When completed successfully, this should create another table in the same `BigQuery` dataset which contains the function embeddings for each existing data sample available from the previous Dataflow Job. Additionally, it also dumps a CSV file containing metadata for each of the function and its embeddings.

## Create Search Index

We now create the Search Index from the computed embeddings so that during a query we can do a k-Nearest Neighbor search to give out semantically similar results.

In [None]:
%%bash

ks apply code-search -c search-index-creator

Using the CSV files generated from the previous step, this creates an index using [NMSLib](https://github.com/nmslib/nmslib). A unified CSV file containing all the code examples for a human-readable reverse lookup during the query, is also created in the `WORKING_DIR`.

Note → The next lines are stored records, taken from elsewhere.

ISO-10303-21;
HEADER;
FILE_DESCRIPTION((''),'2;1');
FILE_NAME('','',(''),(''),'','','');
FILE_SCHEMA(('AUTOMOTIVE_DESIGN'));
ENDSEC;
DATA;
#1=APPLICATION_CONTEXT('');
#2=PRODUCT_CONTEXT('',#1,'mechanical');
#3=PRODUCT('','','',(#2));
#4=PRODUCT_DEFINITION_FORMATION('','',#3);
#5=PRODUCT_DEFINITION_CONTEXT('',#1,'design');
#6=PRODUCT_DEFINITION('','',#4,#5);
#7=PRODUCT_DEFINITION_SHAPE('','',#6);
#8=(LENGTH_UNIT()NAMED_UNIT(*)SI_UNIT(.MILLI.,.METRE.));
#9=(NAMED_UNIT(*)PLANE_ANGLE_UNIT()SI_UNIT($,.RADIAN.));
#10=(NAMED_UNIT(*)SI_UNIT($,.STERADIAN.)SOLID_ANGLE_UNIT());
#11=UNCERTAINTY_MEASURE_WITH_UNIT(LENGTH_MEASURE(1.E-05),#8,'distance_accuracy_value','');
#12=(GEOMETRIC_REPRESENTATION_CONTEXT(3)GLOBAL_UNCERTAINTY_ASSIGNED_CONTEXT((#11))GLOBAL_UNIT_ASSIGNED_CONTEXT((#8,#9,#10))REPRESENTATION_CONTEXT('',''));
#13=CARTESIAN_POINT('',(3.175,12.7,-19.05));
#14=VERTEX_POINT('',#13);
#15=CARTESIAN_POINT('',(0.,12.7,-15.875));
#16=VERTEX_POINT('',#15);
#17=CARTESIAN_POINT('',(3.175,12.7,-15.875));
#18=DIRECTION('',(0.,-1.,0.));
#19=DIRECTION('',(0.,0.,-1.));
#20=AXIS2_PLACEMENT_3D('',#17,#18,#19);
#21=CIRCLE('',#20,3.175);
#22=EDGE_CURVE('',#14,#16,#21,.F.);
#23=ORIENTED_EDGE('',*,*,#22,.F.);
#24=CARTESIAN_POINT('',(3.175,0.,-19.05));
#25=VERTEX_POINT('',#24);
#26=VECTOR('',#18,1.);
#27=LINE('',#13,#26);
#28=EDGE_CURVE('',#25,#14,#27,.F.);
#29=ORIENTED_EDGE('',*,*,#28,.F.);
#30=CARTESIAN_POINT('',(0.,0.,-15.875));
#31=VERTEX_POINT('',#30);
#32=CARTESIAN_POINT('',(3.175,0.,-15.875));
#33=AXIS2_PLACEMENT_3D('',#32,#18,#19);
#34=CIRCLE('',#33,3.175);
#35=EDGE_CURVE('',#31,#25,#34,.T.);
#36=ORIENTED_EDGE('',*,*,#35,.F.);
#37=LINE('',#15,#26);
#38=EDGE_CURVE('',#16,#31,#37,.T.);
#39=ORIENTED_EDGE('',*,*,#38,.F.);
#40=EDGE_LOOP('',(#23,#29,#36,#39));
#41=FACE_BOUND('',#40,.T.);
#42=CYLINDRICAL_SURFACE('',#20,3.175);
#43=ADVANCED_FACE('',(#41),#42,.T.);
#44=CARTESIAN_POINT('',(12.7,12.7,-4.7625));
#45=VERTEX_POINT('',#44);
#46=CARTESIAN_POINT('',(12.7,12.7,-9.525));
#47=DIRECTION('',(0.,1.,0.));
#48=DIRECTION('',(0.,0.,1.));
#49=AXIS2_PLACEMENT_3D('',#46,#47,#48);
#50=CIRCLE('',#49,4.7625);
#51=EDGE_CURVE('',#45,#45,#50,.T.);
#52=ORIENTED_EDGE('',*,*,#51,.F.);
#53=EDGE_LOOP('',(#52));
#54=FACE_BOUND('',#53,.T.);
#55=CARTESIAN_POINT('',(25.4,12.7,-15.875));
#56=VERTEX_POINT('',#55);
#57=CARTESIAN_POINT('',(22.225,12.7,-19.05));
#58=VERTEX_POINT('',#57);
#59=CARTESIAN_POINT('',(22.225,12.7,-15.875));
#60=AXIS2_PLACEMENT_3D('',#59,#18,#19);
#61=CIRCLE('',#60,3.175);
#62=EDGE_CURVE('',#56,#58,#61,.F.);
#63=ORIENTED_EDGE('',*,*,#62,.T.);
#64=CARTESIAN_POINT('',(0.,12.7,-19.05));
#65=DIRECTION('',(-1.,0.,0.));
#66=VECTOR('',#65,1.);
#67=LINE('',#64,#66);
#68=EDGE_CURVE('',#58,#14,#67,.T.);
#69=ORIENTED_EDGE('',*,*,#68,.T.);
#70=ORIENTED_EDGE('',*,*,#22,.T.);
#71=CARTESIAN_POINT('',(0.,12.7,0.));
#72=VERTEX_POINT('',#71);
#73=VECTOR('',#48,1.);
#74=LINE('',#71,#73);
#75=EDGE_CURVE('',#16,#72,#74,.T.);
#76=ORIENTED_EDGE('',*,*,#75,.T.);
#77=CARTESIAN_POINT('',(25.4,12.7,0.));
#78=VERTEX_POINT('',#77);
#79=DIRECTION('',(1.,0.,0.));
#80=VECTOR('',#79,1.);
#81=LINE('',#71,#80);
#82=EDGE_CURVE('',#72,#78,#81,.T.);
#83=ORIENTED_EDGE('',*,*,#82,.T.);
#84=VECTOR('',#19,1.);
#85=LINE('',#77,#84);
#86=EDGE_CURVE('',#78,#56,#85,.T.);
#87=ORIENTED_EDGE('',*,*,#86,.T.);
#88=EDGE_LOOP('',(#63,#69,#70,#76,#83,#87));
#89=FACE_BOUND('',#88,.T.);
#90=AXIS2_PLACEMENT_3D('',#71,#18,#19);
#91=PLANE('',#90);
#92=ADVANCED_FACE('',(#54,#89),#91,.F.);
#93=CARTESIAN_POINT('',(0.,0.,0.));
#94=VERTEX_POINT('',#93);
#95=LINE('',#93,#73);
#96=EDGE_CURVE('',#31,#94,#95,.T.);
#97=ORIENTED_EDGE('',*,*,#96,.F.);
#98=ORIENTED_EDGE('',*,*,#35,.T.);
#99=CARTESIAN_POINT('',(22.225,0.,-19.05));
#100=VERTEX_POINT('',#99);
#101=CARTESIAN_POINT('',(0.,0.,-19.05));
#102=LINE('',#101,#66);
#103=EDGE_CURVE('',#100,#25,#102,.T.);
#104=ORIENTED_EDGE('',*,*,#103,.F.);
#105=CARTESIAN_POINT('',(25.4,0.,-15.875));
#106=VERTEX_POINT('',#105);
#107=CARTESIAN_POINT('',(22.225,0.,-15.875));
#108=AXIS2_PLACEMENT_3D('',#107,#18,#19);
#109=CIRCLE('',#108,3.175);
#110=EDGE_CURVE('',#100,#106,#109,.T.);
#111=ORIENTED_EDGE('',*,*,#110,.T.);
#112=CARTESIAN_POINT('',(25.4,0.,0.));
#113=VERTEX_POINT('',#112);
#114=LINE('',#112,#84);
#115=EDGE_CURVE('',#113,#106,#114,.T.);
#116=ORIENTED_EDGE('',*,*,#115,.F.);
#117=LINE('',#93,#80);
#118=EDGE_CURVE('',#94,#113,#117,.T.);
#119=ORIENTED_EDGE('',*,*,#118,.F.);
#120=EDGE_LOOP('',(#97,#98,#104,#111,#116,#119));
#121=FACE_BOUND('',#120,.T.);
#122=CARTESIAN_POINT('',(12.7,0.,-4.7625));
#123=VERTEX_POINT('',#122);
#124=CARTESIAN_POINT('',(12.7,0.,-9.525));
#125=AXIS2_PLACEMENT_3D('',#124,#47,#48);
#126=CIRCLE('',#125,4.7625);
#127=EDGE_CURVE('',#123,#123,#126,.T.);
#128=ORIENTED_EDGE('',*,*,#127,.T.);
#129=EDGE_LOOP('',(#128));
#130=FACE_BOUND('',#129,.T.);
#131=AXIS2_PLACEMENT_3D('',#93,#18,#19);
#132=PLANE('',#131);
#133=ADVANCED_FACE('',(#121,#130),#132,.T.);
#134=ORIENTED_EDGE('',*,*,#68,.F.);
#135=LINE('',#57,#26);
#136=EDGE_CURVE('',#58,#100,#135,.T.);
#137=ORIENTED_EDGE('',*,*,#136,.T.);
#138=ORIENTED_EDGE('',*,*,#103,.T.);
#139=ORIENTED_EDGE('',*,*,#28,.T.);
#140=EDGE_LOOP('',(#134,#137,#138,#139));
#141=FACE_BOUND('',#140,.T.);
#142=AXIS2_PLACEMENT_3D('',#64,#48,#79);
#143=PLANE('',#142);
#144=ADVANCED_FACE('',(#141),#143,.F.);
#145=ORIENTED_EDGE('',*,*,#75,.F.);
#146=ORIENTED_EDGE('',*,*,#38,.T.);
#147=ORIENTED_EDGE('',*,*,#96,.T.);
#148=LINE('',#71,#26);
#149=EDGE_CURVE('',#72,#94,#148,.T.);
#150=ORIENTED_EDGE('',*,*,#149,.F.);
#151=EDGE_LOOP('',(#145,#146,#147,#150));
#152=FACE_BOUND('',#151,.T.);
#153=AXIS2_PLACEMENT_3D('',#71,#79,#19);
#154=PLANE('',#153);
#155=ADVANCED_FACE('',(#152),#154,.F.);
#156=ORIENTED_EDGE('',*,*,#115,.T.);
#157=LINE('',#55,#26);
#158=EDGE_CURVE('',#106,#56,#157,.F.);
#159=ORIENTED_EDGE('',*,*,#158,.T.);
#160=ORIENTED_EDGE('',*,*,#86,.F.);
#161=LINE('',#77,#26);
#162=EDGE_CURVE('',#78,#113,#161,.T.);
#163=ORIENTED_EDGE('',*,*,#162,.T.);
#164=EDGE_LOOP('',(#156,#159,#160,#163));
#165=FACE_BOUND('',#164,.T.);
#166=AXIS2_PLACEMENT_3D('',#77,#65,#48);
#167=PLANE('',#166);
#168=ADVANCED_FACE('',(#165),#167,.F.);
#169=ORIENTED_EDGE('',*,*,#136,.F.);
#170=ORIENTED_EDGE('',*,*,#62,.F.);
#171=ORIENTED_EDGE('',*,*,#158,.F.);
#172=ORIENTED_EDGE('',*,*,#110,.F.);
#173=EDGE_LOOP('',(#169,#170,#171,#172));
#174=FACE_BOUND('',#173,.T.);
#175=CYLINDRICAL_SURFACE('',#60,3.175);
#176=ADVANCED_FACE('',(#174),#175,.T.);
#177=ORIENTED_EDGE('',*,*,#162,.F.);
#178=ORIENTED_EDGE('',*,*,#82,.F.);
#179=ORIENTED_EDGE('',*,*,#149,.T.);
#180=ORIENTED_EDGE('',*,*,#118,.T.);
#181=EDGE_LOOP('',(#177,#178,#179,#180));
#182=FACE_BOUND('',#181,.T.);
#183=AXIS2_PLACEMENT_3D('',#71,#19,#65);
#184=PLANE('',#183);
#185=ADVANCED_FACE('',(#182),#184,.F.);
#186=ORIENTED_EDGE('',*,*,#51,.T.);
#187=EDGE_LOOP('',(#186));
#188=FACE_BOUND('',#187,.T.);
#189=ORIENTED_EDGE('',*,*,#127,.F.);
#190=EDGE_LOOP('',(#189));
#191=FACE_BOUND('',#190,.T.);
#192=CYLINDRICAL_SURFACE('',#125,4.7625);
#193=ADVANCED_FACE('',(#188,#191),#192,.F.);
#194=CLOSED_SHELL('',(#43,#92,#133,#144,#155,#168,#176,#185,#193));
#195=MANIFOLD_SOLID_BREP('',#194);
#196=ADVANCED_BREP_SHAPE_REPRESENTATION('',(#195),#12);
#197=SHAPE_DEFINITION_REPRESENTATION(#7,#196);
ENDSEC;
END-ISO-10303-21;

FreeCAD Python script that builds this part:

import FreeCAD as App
import Part
import Sketcher
Q = App.Units.Quantity


def edges_at(feature, points):
    """Names of the edges that pass closest to the given points."""
    edges = feature.Shape.Edges
    near = lambda p: min(range(len(edges)), key=lambda i: edges[i].distToShape(Part.Vertex(*p))[0])
    return sorted({f"Edge{near(p) + 1}" for p in points})


def add_polygon(sketch, points):
    """Adds a closed chain of lines whose ends are joined by coincident constraints."""
    first, n = sketch.GeometryCount, len(points)
    for a, b in zip(points, points[1:] + points[:1]):
        sketch.addGeometry(Part.LineSegment(App.Vector(*a, 0), App.Vector(*b, 0)), False)
    for i in range(n):
        sketch.addConstraint(Sketcher.Constraint("Coincident", first + i, 2, first + (i + 1) % n, 1))

doc = App.newDocument("Part")
body = doc.addObject("PartDesign::Body", "Body")

# Sketch on XZ plane
sketch1 = doc.addObject("Sketcher::SketchObject", "Sketch")
body.addObject(sketch1)
sketch1.AttachmentSupport = (doc.XZ_Plane, [""])
sketch1.MapMode = "FlatFace"
add_polygon(sketch1, [(0, -19), (0, 0), (25, 0), (25, -19)])  # lines 0-3
sketch1.addConstraint(Sketcher.Constraint("Vertical", 0))
sketch1.addConstraint(Sketcher.Constraint("Horizontal", 1))
sketch1.addConstraint(Sketcher.Constraint("Vertical", 2))
sketch1.addConstraint(Sketcher.Constraint("Horizontal", 3))
sketch1.addConstraint(Sketcher.Constraint("Coincident", 0, 2, -1, 1))
sketch1.addConstraint(Sketcher.Constraint("DistanceX", 1, 1, 1, 2, Q("1 in")))
sketch1.addConstraint(Sketcher.Constraint("DistanceY", 0, 1, 0, 2, Q("0.75 in")))
pad1 = doc.addObject("PartDesign::Pad", "Pad")
body.addObject(pad1)
pad1.Profile = sketch1
pad1.Length = Q("0.5 in")
pad1.Reversed = True

# Sketch on XZ plane
sketch2 = doc.addObject("Sketcher::SketchObject", "Sketch001")
body.addObject(sketch2)
sketch2.AttachmentSupport = (doc.XZ_Plane, [""])
sketch2.MapMode = "FlatFace"
sketch2.AttachmentOffset = App.Placement(App.Vector(0, 0, -0.5 * 25.4), App.Rotation())
sketch2.addGeometry(Part.Circle(App.Vector(12.7, -9.5, 0), App.Vector(0, 0, 1), 4.8), False)
sketch2.addConstraint(Sketcher.Constraint("Diameter", 0, Q("0.375 in")))
sketch2.addConstraint(Sketcher.Constraint("DistanceX", -1, 1, 0, 3, Q("0.5 in")))
sketch2.addConstraint(Sketcher.Constraint("DistanceY", 0, 3, -1, 1, Q("0.375 in")))
pocket1 = doc.addObject("PartDesign::Pocket", "Pocket")
body.addObject(pocket1)
pocket1.Profile = sketch2
pocket1.Type = "ThroughAll"
pocket1.Reversed = True
doc.recompute()

fillet = doc.addObject("PartDesign::Fillet", "Fillet")
body.addObject(fillet)
fillet.Base = (pocket1, edges_at(pocket1, [(0, 6.35, -19.05), (25.4, 6.35, -19.05)]))
fillet.Radius = Q("0.125 in")

doc.recompute()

## Deploy an Inference Server

We've seen offline inference during the computation of embeddings. For online inference, we deploy the exported Tensorflow model above using [Tensorflow Serving](https://www.tensorflow.org/serving/).

In [None]:
%%bash

ks apply code-search -c t2t-code-search-serving

## Deploy Search UI

We finally deploy the Search UI which allows the user to input arbitrary strings and see a list of results corresponding to semantically similar Python functions. This internally uses the inference server we just deployed.

In [None]:
%%bash

ks apply code-search -c search-index-server

The service should now be available at FQDN of the Kubeflow cluster at path `/code-search/`.